At http://sciencenordic.com/vikings-grew-barley-greenland … at the bottom of a medieval rubbish pit on an abandoned farm on Greenland archaeologists found charred grains of cultivated barley seed. This means the Vikings grew barley – necessary for their beer, but also as a food (made into a bread or a porridge, a staple of the period). This illustrates how warm it must have been in the medieval warm period – as in a cold climate barley could not survive. It seems they must have taken seed corn with them when they sailed across the Atlantic – initially, or as part of supplies and equipment at a later stage in the settlement. The massive glacier at the centre of Greenland must still have been in existence – but there are mountain glaciers in Norway so that was not perhaps seen as anything too extraordinary. Barley grows in cool temperatures. It doesn't like it too cold – but it doesn't like it too hot. However, there were no fields of nodding barley seed heads. Instead, barley was grown in comparitively small and sheltered enclosures, limited by the labour available to irrigate the growing seed heads.

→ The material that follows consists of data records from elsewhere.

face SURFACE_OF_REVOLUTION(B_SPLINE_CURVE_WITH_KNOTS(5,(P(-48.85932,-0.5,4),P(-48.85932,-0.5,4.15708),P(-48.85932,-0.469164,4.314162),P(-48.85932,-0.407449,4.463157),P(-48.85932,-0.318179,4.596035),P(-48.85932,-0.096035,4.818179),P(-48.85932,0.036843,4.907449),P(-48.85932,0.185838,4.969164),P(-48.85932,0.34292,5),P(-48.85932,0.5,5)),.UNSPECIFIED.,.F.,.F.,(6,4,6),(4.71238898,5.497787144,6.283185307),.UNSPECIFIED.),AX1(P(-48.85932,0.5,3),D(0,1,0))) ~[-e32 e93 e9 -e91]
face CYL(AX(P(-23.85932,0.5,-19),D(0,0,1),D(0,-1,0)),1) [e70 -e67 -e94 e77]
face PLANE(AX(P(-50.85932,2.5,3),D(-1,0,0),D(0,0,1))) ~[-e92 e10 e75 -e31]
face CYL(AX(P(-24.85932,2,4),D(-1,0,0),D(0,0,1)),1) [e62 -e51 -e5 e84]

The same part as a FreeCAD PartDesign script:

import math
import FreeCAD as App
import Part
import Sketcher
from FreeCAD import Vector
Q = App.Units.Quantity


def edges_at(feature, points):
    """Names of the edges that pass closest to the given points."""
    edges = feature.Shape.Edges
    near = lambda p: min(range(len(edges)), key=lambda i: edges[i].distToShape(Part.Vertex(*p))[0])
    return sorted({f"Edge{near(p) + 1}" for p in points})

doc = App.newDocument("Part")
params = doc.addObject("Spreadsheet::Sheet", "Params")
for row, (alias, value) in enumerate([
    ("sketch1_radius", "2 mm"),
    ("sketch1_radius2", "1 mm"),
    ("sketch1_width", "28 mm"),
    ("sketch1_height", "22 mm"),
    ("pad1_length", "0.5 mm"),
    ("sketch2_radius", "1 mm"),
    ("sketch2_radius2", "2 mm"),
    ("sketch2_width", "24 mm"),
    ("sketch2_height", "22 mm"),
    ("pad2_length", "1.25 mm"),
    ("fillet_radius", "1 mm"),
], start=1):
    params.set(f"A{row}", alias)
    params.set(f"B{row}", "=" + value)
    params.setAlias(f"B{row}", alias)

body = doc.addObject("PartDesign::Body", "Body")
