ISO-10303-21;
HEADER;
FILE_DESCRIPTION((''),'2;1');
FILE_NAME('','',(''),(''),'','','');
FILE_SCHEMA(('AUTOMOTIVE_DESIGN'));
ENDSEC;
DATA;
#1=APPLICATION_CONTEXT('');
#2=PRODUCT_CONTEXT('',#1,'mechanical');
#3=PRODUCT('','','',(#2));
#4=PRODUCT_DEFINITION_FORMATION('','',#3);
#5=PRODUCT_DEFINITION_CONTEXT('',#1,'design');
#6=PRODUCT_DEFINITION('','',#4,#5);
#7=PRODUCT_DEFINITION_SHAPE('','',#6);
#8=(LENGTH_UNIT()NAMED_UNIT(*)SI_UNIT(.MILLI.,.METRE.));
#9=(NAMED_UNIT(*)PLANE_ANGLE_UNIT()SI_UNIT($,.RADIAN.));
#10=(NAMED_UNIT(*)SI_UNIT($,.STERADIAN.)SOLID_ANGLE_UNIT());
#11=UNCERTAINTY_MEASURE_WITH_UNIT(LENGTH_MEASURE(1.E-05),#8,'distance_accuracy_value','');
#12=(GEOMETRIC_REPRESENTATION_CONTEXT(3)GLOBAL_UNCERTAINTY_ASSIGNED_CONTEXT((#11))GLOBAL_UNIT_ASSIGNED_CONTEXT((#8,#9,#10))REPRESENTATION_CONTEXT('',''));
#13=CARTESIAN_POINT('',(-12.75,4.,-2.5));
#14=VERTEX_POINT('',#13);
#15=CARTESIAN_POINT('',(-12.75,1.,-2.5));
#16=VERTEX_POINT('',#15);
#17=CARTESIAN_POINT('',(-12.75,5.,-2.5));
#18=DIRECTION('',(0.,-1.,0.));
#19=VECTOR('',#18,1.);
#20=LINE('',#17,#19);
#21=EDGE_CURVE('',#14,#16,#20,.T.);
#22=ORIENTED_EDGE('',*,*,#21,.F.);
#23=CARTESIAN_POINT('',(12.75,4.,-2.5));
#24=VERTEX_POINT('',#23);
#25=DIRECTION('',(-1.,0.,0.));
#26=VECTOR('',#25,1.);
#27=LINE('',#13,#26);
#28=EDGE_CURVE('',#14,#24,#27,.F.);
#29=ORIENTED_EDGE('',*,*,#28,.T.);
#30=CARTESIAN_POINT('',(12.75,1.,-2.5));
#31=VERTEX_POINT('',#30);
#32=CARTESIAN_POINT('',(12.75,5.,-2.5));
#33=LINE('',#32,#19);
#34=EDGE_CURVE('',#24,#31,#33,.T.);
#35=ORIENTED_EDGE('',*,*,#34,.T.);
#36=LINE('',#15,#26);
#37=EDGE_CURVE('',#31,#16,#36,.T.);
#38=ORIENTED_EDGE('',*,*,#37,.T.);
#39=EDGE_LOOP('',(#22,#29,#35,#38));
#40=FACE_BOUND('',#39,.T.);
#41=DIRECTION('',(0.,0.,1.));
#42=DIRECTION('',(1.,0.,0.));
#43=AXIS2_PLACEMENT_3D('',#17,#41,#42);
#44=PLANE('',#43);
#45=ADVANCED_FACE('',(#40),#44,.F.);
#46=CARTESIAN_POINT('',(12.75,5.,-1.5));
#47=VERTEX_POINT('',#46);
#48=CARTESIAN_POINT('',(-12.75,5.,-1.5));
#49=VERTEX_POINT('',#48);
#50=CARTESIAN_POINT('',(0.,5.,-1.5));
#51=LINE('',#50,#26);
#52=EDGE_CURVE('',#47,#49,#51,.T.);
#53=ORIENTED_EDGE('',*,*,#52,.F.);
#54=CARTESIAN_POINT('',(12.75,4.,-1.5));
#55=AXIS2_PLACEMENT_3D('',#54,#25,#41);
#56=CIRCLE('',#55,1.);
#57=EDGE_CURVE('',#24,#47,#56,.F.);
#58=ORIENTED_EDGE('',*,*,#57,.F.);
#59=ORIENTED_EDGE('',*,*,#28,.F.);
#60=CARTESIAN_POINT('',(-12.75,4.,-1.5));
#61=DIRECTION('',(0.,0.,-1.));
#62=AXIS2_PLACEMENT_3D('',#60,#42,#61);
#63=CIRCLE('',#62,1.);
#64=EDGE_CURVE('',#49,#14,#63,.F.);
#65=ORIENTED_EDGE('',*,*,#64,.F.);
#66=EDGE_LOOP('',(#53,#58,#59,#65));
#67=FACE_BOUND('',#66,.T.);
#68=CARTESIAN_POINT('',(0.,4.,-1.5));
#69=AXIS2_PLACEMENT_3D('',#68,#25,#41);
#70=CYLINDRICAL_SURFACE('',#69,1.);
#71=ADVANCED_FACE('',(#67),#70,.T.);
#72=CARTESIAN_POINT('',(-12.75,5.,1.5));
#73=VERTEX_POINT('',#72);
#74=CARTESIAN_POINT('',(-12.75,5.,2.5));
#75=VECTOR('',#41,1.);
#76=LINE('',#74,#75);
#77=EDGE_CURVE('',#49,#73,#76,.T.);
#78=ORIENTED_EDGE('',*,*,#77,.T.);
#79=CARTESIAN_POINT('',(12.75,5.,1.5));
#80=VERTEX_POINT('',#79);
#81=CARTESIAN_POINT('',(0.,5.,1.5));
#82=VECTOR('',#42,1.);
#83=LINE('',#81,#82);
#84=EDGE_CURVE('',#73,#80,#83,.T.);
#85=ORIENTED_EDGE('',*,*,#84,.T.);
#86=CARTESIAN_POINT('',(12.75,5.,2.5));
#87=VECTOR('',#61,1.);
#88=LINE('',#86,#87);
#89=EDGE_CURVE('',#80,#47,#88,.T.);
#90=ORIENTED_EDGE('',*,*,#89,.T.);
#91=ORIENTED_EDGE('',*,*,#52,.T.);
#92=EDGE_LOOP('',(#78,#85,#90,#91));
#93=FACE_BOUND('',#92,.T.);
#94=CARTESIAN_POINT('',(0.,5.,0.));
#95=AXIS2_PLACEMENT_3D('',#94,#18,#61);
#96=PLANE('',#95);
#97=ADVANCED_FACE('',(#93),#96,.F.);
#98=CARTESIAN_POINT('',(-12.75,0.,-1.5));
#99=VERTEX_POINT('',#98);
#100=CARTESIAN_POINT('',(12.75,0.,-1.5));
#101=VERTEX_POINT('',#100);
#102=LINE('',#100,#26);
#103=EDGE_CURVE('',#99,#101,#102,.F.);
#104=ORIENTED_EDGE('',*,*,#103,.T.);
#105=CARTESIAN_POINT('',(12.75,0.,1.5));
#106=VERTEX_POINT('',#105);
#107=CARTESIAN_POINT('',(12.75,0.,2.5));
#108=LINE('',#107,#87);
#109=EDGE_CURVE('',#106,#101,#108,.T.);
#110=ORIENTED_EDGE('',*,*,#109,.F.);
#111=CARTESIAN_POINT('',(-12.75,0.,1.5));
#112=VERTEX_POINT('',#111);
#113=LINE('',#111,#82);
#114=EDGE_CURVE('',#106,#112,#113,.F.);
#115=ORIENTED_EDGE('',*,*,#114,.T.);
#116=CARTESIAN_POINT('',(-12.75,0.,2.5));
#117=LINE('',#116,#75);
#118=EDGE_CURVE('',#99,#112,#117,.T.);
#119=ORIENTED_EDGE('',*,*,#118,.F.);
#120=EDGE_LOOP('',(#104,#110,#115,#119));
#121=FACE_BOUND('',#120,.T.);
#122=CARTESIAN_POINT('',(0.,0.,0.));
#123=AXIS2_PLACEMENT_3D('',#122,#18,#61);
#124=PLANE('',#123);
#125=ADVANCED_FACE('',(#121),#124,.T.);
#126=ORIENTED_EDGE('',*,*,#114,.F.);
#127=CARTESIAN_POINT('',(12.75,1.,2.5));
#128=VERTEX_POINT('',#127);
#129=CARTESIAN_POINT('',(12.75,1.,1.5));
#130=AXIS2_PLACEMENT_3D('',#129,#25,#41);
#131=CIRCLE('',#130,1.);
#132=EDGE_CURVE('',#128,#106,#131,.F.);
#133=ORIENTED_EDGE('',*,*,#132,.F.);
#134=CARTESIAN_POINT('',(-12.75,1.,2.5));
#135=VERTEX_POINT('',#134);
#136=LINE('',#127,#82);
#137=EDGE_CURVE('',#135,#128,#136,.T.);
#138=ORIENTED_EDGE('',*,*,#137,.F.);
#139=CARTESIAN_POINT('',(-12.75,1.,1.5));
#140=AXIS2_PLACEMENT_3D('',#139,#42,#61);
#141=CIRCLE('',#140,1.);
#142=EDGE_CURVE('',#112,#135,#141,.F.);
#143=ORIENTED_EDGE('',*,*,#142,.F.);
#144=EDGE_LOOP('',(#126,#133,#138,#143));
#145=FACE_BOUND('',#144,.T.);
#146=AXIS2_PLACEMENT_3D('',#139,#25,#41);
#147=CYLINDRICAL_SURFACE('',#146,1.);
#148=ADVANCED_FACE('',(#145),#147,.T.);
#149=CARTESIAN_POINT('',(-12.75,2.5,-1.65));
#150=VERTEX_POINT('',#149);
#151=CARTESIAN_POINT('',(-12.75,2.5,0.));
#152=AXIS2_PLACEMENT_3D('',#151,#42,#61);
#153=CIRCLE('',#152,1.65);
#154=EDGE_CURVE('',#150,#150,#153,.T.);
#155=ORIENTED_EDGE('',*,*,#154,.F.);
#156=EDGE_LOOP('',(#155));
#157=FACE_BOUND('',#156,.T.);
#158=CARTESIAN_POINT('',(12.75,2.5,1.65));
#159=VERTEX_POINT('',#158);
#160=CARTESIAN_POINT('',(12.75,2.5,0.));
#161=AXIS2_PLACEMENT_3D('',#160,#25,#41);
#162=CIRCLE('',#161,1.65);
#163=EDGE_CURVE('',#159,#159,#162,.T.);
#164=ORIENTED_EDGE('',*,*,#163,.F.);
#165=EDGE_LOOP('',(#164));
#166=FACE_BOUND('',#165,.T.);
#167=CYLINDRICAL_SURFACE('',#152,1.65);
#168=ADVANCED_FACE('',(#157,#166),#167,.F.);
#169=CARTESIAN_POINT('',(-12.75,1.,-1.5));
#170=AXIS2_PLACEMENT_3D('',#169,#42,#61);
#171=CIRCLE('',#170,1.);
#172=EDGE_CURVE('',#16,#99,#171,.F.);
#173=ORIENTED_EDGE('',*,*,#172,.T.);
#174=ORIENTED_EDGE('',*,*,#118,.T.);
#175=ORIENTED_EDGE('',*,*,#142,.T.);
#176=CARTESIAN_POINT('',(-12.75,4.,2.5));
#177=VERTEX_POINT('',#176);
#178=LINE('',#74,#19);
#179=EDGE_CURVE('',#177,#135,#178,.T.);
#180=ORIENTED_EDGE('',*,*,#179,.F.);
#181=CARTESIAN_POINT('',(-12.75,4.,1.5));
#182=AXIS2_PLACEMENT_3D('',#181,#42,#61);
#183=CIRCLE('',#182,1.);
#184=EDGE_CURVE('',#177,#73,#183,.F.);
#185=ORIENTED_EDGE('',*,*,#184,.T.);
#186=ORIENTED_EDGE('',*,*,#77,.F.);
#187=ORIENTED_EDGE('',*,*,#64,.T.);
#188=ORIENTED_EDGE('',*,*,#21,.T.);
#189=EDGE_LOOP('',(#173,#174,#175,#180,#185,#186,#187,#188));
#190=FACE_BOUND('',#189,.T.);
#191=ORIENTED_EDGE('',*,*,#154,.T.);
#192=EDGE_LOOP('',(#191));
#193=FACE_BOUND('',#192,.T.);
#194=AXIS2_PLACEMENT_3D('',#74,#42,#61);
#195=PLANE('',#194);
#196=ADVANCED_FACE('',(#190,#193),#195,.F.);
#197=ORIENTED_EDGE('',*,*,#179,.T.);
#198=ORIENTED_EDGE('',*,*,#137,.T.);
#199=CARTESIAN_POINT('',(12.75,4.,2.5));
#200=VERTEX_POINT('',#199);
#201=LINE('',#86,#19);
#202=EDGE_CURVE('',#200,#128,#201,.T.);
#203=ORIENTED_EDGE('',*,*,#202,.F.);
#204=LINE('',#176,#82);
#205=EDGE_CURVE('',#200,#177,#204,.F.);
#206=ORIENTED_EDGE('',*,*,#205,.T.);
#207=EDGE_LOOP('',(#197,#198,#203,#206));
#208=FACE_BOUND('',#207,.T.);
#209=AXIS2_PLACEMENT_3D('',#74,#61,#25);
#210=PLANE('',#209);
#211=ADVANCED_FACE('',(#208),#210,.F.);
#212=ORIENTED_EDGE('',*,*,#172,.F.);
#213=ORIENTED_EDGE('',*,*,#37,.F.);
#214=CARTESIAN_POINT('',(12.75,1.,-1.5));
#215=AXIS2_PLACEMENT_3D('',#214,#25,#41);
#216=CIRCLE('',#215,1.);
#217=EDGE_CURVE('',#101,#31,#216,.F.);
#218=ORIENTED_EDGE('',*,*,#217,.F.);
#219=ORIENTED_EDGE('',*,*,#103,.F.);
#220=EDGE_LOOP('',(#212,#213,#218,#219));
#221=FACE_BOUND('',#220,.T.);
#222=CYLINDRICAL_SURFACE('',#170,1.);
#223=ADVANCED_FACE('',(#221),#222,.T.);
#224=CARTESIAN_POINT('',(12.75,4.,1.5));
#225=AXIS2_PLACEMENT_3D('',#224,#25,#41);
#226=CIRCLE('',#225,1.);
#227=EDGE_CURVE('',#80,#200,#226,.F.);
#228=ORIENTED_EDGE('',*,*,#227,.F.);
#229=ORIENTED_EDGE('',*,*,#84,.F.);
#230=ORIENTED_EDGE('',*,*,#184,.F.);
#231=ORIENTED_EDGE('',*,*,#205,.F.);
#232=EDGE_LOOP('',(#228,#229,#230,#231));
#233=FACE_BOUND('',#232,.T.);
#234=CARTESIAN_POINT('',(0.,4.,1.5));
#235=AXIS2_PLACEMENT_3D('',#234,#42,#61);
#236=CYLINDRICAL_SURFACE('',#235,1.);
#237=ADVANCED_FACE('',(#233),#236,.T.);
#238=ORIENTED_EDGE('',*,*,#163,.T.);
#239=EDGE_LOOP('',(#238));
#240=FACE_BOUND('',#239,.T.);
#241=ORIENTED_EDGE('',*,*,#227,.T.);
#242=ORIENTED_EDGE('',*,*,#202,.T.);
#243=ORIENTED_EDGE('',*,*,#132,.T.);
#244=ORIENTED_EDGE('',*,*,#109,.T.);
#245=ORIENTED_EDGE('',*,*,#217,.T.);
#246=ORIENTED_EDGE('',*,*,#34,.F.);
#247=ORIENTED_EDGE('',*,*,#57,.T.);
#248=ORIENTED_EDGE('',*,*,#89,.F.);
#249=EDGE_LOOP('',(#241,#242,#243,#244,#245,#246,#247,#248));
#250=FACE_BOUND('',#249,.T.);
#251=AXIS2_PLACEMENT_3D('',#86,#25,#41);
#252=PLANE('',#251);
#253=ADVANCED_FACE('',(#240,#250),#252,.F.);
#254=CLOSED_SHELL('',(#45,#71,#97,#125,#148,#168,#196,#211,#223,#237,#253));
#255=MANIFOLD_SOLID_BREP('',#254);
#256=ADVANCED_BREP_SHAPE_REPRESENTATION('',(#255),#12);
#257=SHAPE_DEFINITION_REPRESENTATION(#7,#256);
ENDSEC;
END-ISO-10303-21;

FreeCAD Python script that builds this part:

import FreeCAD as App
import Part
import Sketcher
from FreeCAD import Vector
Q = App.Units.Quantity


def edges_at(feature, points):
    """Names of the edges that pass closest to the given points."""
    edges = feature.Shape.Edges
    near = lambda p: min(range(len(edges)), key=lambda i: edges[i].distToShape(Part.Vertex(*p))[0])
    return sorted({f"Edge{near(p) + 1}" for p in points})

doc = App.newDocument("Part")
params = doc.addObject("Spreadsheet::Sheet", "Params")
for row, (alias, value) in enumerate([
    ("sketch1_height", "5 mm"),
    ("sketch1_width", "25.5 mm"),
    ("pad1_length", "5 mm"),
    ("sketch2_diameter", "3.3 mm"),
    ("fillet_radius", "1 mm"),
], start=1):
    params.set(f"A{row}", alias)
    params.set(f"B{row}", "=" + value)
    params.setAlias(f"B{row}", alias)

body = doc.addObject("PartDesign::Body", "Body")

# Sketch on XZ plane
sketch1 = doc.addObject("Sketcher::SketchObject", "Sketch")
body.addObject(sketch1)
sketch1.AttachmentSupport = (doc.XZ_Plane, [""])
sketch1.MapMode = "FlatFace"
sketch1.addGeometry([
    Part.LineSegment(Vector(-13, -2, 0), Vector(-13, 2, 0)),
    Part.LineSegment(Vector(-13, 2, 0), Vector(13, 2, 0)),
    Part.LineSegment(Vector(13, 2, 0), Vector(13, -2, 0)),
    Part.LineSegment(Vector(13, -2, 0), Vector(-13, -2, 0)),
], False)
sketch1.addConstraint([
    Sketcher.Constraint("Coincident", 0, 2, 1, 1),
    Sketcher.Constraint("Coincident", 1, 2, 2, 1),
    Sketcher.Constraint("Coincident", 2, 2, 3, 1),
    Sketcher.Constraint("Coincident", 3, 2, 0, 1),
    Sketcher.Constraint("Vertical", 0),
    Sketcher.Constraint("Horizontal", 1),
    Sketcher.Constraint("Vertical", 2),
    Sketcher.Constraint("Horizontal", 3),
    Sketcher.Constraint("Symmetric", 0, 2, 2, 2, -1, 1),
    Sketcher.Constraint("DistanceY", 0, 1, 0, 2, Q("5 mm")),
    Sketcher.Constraint("DistanceX", 1, 1, 1, 2, Q("25.5 mm")),
])
sketch1.setExpression("Constraints[9]", "Params.sketch1_height")
sketch1.setExpression("Constraints[10]", "Params.sketch1_width")
pad1 = doc.addObject("PartDesign::Pad", "Pad")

It should be noted that modern day Greenland has farmers – mainly keeping sheep. They appear to have settled in exactly the same locations as the Vikings a 1000 years ago. It was probably a little warmer than today and the southern tip of Greenland may well have green and fairly pleasant. Something attracted Eric the Red – and he christened it green – land (which means vegetation). According to the holy bible of CAGW politikking, and the so called 'hockey stick' graph, the medieval warm period was a fiction and those words were screamed in rants that detracted from the actually of Viking settlers there, and denying all climate science prior to 1998. Ah well, at least Hubert Lamb, a real climate scientist, knew better.